### What you have to do
Transcribe the records below exactly as written, from the opening line through the line that contains "#8=(LENGTH_UNIT()NAMED_UNIT(*)SI_UNIT(.MILLI.,.METRE.));".

===

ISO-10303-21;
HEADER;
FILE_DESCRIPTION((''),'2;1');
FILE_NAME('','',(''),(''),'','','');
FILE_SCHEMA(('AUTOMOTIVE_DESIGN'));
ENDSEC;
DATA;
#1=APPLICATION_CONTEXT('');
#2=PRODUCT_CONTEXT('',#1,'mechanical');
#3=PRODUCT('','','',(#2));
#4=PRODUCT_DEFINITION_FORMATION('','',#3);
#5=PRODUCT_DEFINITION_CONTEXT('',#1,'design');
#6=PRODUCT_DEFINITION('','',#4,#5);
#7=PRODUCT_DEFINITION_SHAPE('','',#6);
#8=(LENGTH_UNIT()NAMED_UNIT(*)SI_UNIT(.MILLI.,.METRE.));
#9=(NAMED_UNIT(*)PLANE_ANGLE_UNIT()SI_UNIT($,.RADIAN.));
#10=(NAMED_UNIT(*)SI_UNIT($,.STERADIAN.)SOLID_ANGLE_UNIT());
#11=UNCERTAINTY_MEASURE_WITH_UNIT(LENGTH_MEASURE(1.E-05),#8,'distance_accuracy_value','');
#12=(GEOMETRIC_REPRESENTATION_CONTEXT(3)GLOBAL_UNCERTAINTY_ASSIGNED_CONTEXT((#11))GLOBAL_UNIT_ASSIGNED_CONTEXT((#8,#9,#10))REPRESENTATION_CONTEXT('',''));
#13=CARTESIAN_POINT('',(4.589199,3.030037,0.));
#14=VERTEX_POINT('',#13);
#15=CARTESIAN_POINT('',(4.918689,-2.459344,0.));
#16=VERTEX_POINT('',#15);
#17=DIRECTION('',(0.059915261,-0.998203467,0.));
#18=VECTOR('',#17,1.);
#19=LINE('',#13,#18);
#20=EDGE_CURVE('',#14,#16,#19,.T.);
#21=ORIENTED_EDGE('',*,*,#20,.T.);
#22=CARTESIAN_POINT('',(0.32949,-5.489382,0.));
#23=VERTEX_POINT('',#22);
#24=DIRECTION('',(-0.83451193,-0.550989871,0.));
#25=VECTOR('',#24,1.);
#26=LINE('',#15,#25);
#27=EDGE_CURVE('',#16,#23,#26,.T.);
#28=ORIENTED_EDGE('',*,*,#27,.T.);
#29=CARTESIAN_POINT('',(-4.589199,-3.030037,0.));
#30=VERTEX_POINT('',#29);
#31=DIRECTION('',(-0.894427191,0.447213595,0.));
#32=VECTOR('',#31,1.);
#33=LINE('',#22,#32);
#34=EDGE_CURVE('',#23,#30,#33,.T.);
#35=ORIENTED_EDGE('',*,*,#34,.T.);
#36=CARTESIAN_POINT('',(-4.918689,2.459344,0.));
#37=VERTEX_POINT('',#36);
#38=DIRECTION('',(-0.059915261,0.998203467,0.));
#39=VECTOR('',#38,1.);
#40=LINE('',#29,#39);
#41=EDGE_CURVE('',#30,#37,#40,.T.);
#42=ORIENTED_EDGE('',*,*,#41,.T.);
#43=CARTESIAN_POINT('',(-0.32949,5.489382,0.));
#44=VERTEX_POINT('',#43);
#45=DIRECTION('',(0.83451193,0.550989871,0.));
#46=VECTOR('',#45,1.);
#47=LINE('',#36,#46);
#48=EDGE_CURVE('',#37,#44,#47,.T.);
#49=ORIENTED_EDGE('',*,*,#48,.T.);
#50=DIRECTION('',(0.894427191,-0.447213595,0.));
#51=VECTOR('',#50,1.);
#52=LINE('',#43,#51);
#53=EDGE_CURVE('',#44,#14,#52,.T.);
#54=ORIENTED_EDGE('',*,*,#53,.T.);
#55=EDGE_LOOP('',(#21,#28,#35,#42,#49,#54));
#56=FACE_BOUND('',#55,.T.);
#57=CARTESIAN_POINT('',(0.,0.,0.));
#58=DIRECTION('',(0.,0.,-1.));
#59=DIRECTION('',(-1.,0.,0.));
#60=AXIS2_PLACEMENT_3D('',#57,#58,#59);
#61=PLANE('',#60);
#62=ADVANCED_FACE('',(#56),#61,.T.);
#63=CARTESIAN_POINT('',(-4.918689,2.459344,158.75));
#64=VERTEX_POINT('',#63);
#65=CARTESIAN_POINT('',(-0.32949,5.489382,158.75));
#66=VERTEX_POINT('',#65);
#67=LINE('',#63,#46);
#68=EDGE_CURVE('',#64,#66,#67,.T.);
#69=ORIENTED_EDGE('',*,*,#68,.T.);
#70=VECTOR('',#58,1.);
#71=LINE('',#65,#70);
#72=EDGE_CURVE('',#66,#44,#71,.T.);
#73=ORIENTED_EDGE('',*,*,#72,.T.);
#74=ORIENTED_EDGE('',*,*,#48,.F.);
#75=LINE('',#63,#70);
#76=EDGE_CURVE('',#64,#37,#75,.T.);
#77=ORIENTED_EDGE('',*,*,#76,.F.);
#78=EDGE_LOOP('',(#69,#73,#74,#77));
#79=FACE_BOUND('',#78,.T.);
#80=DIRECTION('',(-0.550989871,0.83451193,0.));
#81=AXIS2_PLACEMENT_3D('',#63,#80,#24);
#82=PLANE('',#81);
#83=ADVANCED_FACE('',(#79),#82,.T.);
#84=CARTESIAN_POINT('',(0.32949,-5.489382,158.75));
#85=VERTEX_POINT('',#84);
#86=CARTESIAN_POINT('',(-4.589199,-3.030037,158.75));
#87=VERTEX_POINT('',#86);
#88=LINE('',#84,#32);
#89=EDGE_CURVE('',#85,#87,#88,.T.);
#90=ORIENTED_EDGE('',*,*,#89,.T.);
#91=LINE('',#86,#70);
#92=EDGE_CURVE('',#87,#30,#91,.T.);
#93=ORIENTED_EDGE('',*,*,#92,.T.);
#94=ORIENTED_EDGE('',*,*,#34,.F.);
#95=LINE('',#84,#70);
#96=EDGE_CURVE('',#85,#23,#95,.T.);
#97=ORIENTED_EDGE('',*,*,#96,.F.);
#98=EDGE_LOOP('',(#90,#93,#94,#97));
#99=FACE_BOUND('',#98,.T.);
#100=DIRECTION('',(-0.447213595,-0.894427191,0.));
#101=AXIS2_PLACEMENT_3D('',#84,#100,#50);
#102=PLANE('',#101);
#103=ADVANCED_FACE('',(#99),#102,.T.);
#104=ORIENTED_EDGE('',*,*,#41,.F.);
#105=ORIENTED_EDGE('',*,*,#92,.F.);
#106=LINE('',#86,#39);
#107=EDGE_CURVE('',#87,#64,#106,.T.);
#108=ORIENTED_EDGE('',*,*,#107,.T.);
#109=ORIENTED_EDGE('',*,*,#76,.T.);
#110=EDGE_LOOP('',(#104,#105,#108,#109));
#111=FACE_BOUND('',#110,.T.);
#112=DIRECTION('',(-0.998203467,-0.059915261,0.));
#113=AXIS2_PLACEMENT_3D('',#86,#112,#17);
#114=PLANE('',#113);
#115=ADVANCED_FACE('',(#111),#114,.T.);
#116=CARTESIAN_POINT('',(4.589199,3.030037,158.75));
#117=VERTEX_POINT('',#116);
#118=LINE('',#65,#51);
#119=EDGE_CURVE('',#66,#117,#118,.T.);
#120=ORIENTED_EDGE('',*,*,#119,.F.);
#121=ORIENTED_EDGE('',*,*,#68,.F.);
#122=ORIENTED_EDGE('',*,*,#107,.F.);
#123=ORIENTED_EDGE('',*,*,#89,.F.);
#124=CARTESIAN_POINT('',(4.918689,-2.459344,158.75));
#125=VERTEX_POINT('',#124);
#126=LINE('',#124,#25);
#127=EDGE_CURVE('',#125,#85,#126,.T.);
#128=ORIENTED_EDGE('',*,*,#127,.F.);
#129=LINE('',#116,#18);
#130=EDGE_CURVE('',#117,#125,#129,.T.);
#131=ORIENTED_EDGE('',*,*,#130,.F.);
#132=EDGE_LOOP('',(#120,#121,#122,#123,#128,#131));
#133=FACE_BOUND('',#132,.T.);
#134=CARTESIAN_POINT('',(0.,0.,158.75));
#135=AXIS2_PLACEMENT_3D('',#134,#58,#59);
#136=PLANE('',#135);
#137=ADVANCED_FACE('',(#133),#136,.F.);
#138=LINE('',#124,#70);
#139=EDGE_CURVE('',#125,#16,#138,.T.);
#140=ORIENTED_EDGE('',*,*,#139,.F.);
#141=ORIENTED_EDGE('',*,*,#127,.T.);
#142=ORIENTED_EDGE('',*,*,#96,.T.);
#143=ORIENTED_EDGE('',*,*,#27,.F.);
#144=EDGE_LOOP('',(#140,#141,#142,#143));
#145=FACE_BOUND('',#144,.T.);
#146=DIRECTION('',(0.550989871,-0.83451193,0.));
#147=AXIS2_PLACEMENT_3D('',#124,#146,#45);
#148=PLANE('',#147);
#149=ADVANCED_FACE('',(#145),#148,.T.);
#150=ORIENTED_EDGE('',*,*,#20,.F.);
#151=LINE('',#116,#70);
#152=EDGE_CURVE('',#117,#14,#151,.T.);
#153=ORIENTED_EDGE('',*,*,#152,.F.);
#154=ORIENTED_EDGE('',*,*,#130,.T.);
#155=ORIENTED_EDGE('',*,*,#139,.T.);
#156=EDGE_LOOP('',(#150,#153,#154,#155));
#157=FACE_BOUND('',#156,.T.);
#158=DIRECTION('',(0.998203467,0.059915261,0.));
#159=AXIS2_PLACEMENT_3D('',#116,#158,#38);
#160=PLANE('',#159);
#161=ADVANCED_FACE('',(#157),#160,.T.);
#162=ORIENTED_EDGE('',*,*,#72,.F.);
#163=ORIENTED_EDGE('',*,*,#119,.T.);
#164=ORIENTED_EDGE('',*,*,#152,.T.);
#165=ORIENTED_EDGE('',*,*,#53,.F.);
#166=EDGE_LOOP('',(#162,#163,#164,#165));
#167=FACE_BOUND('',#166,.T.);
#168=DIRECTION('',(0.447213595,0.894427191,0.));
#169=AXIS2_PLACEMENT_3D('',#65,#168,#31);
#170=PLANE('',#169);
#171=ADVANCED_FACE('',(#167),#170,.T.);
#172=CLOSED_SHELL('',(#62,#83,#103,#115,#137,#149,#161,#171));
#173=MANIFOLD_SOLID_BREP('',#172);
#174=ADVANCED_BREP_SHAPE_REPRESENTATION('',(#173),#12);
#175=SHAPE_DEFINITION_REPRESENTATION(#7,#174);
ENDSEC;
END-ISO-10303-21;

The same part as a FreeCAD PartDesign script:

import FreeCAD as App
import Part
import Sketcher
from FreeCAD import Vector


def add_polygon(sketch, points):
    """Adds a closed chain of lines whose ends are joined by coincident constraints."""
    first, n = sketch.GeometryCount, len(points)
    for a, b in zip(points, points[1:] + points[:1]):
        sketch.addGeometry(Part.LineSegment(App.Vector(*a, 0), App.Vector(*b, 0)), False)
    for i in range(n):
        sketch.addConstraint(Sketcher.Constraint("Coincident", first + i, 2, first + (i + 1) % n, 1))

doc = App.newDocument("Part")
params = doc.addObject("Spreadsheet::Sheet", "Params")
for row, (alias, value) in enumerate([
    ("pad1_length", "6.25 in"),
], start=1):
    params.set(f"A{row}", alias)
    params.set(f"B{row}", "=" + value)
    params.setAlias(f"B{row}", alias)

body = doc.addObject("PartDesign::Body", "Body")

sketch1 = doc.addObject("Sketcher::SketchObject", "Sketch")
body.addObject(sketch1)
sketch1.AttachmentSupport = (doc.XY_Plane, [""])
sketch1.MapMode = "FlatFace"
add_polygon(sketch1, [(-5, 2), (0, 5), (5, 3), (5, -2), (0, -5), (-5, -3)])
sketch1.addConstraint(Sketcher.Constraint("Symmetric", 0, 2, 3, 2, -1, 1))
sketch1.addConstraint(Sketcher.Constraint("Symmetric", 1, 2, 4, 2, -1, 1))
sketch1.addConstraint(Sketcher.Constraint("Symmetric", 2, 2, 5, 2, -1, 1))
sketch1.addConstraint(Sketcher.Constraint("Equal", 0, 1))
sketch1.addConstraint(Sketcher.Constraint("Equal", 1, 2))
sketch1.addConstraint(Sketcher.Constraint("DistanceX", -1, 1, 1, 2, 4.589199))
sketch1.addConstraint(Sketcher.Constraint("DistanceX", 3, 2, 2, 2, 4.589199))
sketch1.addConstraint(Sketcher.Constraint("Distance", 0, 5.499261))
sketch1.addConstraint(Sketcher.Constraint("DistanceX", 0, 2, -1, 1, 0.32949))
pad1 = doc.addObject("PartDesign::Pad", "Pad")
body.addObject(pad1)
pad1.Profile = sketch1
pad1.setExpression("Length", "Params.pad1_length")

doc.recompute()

===

### Result of the exercise
ISO-10303-21;
HEADER;
FILE_DESCRIPTION((''),'2;1');
FILE_NAME('','',(''),(''),'','','');
FILE_SCHEMA(('AUTOMOTIVE_DESIGN'));
ENDSEC;
DATA;
#1=APPLICATION_CONTEXT('');
#2=PRODUCT_CONTEXT('',#1,'mechanical');
#3=PRODUCT('','','',(#2));
#4=PRODUCT_DEFINITION_FORMATION('','',#3);
#5=PRODUCT_DEFINITION_CONTEXT('',#1,'design');
#6=PRODUCT_DEFINITION('','',#4,#5);
#7=PRODUCT_DEFINITION_SHAPE('','',#6);
#8=(LENGTH_UNIT()NAMED_UNIT(*)SI_UNIT(.MILLI.,.METRE.));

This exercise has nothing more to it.